----- Material supplied

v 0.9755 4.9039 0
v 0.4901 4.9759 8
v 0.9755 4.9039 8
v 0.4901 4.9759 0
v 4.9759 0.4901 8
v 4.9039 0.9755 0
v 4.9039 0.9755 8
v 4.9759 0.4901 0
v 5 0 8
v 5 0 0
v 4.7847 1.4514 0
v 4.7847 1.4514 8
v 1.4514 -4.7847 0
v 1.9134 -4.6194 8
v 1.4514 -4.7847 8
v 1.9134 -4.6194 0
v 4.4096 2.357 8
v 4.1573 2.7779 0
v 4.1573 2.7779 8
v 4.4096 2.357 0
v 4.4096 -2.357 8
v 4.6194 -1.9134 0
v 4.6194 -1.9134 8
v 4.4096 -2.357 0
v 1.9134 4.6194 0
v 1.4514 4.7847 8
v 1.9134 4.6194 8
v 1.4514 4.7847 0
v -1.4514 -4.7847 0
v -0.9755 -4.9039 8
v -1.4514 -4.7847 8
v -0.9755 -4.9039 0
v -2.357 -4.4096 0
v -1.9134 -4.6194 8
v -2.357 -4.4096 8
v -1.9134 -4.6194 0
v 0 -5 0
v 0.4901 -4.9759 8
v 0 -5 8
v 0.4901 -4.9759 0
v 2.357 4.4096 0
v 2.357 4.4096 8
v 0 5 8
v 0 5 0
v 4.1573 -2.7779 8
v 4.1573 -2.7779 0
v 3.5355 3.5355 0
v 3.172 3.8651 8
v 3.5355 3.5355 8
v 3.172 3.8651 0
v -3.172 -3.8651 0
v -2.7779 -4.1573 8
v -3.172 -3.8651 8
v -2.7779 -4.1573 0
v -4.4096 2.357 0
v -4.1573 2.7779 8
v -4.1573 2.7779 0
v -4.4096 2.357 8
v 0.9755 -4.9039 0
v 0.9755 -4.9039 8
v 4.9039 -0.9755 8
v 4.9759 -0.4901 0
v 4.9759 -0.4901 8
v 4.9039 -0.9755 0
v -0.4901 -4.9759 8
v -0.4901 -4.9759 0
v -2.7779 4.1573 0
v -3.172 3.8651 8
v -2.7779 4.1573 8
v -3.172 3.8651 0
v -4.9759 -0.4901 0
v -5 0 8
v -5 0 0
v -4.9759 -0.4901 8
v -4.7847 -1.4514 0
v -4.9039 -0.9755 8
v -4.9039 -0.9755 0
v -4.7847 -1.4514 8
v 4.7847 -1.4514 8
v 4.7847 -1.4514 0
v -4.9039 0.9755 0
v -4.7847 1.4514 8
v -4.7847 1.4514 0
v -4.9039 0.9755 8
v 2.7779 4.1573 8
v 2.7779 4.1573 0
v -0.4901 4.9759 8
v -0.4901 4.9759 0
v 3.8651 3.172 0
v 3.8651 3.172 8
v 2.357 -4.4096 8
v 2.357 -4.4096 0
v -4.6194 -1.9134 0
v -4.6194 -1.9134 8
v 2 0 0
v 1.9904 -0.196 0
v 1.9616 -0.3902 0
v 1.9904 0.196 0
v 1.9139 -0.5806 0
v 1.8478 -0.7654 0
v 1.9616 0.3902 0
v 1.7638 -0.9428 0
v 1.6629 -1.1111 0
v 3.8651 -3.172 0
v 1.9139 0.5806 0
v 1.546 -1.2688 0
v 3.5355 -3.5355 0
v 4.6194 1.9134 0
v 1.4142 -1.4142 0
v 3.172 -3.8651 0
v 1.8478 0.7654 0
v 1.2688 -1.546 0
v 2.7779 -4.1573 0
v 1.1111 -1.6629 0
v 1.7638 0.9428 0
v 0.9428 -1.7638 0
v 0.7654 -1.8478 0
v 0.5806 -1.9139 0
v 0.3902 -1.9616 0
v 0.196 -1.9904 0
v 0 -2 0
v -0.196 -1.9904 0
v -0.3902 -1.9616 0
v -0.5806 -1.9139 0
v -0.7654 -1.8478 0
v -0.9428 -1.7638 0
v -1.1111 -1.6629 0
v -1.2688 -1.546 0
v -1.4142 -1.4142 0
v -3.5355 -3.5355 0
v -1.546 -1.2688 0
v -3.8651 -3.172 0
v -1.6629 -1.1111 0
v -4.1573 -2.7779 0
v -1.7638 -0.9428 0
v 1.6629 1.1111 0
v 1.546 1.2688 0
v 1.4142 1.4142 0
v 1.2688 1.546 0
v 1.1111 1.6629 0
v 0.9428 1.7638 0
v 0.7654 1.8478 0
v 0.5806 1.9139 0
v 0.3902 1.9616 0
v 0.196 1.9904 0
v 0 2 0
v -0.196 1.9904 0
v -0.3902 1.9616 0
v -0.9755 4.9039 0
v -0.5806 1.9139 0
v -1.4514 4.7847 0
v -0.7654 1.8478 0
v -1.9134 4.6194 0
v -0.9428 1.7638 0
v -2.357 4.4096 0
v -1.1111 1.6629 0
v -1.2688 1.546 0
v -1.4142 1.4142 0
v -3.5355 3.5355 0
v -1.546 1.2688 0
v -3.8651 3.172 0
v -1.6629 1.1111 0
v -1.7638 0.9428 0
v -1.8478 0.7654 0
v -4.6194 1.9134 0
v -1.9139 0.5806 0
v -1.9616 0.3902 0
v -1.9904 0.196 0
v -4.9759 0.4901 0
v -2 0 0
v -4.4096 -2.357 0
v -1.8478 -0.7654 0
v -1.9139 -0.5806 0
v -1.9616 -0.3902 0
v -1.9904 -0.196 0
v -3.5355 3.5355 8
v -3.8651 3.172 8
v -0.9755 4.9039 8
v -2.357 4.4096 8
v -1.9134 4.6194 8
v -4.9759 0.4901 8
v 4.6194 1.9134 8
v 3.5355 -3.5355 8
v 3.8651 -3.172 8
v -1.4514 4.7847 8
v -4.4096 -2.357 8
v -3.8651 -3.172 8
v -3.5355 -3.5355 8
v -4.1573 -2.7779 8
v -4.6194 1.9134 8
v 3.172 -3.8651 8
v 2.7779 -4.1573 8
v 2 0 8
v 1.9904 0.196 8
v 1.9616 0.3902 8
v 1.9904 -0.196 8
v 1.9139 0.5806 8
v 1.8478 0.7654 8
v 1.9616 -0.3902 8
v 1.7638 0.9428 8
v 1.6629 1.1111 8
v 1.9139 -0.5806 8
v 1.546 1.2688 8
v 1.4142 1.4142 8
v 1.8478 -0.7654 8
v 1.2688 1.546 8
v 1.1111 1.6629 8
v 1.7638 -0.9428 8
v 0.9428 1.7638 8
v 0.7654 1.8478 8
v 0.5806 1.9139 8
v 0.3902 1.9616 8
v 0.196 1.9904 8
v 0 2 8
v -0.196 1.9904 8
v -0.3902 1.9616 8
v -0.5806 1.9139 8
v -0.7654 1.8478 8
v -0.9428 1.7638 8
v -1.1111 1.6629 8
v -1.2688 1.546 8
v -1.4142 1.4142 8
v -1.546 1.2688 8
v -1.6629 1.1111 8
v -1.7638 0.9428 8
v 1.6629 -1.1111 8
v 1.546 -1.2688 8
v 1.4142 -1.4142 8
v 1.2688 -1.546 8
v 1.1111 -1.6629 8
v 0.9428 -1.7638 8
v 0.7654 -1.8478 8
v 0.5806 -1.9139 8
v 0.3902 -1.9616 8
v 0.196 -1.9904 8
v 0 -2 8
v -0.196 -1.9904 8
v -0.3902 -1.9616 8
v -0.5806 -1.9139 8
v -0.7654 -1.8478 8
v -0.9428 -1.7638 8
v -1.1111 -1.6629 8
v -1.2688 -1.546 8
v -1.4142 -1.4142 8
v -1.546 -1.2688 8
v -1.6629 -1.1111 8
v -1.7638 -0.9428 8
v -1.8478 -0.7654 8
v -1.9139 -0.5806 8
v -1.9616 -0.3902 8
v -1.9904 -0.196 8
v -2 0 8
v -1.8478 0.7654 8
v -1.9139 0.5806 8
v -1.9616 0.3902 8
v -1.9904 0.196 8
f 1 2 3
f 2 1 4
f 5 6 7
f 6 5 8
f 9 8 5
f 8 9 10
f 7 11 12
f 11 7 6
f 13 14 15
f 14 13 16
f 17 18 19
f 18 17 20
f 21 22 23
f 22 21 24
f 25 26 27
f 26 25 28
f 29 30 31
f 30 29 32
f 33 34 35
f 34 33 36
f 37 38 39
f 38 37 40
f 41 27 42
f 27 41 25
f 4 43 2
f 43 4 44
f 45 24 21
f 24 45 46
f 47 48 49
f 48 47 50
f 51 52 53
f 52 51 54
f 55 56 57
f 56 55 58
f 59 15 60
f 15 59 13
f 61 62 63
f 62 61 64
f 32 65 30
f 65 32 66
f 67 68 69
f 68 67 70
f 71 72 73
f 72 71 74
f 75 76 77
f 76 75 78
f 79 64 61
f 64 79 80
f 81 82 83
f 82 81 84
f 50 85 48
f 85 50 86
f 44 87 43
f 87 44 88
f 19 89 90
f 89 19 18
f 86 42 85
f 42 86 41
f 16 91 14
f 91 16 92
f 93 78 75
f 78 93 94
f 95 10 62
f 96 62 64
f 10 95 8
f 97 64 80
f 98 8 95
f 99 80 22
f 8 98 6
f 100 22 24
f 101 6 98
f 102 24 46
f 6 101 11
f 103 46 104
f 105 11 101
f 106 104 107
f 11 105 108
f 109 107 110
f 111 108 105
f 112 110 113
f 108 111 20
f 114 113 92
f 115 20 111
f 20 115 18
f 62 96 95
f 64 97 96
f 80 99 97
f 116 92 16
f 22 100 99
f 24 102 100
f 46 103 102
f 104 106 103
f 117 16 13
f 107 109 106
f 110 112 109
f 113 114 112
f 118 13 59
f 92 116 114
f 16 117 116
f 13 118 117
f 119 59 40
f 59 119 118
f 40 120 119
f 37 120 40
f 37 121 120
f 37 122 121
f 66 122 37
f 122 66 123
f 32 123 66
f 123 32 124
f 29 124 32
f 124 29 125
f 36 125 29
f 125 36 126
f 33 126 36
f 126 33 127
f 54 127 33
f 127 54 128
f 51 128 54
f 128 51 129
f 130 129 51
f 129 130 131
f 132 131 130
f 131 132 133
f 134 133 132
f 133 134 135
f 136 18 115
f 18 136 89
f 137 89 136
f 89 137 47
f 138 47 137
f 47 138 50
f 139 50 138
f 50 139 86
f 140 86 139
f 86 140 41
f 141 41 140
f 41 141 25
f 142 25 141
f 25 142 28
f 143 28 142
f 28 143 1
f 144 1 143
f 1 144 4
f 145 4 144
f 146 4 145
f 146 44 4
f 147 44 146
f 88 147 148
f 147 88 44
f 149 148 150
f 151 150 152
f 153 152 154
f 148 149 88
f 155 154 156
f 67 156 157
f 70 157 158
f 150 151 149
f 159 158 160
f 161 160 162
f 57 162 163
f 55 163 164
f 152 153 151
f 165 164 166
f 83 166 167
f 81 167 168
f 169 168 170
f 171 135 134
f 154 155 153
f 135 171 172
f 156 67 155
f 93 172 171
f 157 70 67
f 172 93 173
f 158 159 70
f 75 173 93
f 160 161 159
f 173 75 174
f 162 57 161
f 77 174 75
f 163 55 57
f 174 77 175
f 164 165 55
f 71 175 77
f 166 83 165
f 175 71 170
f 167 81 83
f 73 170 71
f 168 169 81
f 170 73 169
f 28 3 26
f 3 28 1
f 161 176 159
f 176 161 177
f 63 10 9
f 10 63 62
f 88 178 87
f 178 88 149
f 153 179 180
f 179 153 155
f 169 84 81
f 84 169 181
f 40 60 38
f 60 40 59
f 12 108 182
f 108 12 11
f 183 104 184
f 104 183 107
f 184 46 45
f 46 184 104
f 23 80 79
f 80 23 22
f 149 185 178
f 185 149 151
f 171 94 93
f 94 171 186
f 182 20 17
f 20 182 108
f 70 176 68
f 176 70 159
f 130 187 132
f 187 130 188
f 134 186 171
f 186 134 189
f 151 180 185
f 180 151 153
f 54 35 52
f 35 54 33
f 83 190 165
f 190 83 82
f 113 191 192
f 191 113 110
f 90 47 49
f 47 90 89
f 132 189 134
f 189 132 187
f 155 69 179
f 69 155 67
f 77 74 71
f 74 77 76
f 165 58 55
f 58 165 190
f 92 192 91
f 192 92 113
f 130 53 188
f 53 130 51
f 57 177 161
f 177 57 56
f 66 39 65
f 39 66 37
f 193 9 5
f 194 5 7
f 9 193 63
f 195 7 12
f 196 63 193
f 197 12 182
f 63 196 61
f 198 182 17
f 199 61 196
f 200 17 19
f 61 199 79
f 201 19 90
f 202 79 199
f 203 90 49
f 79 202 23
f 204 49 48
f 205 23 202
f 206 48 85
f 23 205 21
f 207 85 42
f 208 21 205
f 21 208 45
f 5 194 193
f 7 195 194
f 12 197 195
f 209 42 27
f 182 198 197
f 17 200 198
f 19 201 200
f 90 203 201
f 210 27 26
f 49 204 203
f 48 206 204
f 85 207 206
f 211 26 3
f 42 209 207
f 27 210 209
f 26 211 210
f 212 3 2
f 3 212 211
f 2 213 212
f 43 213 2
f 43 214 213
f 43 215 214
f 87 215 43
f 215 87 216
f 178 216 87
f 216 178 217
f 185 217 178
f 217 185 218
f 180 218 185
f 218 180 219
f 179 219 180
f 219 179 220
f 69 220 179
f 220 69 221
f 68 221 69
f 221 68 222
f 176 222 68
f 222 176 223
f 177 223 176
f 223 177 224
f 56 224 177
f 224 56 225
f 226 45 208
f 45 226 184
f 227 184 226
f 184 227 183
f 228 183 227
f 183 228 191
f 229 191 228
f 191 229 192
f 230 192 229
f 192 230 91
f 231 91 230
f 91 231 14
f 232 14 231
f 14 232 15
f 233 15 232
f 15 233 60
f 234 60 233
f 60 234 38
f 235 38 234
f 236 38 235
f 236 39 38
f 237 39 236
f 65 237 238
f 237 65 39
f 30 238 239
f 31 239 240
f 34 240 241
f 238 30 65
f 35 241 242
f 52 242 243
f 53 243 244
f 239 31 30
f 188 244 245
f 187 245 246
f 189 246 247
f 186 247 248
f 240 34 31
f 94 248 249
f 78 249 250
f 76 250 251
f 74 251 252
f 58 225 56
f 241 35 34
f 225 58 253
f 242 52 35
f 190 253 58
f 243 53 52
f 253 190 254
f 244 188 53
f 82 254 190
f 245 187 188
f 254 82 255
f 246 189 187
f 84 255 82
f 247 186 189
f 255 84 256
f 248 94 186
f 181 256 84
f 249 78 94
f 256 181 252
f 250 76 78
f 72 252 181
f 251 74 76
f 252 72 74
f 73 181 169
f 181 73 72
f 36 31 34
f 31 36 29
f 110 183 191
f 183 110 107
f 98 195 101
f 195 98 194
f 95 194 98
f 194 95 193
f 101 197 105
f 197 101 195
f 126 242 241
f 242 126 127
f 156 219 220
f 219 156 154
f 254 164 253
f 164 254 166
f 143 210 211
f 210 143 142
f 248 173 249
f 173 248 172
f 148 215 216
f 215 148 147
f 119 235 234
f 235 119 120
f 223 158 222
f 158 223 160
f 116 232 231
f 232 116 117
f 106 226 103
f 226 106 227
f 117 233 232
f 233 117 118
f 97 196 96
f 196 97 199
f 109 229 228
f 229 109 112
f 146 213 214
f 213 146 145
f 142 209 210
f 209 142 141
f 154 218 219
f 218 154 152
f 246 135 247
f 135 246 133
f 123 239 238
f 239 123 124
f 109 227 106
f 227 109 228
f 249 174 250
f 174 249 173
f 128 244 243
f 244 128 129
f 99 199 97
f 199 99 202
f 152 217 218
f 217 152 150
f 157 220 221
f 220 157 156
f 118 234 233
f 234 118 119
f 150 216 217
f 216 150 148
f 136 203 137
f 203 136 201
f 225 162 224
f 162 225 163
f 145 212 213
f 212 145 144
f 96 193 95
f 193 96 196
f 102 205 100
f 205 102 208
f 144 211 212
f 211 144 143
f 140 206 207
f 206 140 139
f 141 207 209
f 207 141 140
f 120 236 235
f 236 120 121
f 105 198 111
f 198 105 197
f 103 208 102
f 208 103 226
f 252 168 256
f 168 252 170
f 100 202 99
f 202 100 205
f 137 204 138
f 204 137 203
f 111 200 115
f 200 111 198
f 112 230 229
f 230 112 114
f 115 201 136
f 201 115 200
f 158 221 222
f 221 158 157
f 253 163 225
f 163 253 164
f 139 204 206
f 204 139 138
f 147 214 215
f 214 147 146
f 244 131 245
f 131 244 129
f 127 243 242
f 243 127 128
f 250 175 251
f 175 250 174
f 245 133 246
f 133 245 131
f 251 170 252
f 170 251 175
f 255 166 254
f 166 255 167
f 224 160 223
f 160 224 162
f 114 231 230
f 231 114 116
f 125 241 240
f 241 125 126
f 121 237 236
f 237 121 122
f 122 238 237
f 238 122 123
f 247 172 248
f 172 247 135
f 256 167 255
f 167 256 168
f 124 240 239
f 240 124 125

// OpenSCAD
module threaded_heat_set_insert() {
    difference() {
        // Outer cylinder
        cylinder(h=8.0, d=10.0, $fn=64);
        
        // Inner thread space for 4.0mm screws
        translate([0, 0, -1]) {
            cylinder(h=10.0, d=4.0, $fn=64);
        }
    }
}

threaded_heat_set_insert();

----------

*Your instructions*
Please print the material above exactly as it appears, from its first line through the line containing "v -1.4514 -4.7847 0", inclusive, and stop there.

*Solution for this exercise*
v 0.9755 4.9039 0
v 0.4901 4.9759 8
v 0.9755 4.9039 8
v 0.4901 4.9759 0
v 4.9759 0.4901 8
v 4.9039 0.9755 0
v 4.9039 0.9755 8
v 4.9759 0.4901 0
v 5 0 8
v 5 0 0
v 4.7847 1.4514 0
v 4.7847 1.4514 8
v 1.4514 -4.7847 0
v 1.9134 -4.6194 8
v 1.4514 -4.7847 8
v 1.9134 -4.6194 0
v 4.4096 2.357 8
v 4.1573 2.7779 0
v 4.1573 2.7779 8
v 4.4096 2.357 0
v 4.4096 -2.357 8
v 4.6194 -1.9134 0
v 4.6194 -1.9134 8
v 4.4096 -2.357 0
v 1.9134 4.6194 0
v 1.4514 4.7847 8
v 1.9134 4.6194 8
v 1.4514 4.7847 0
v -1.4514 -4.7847 0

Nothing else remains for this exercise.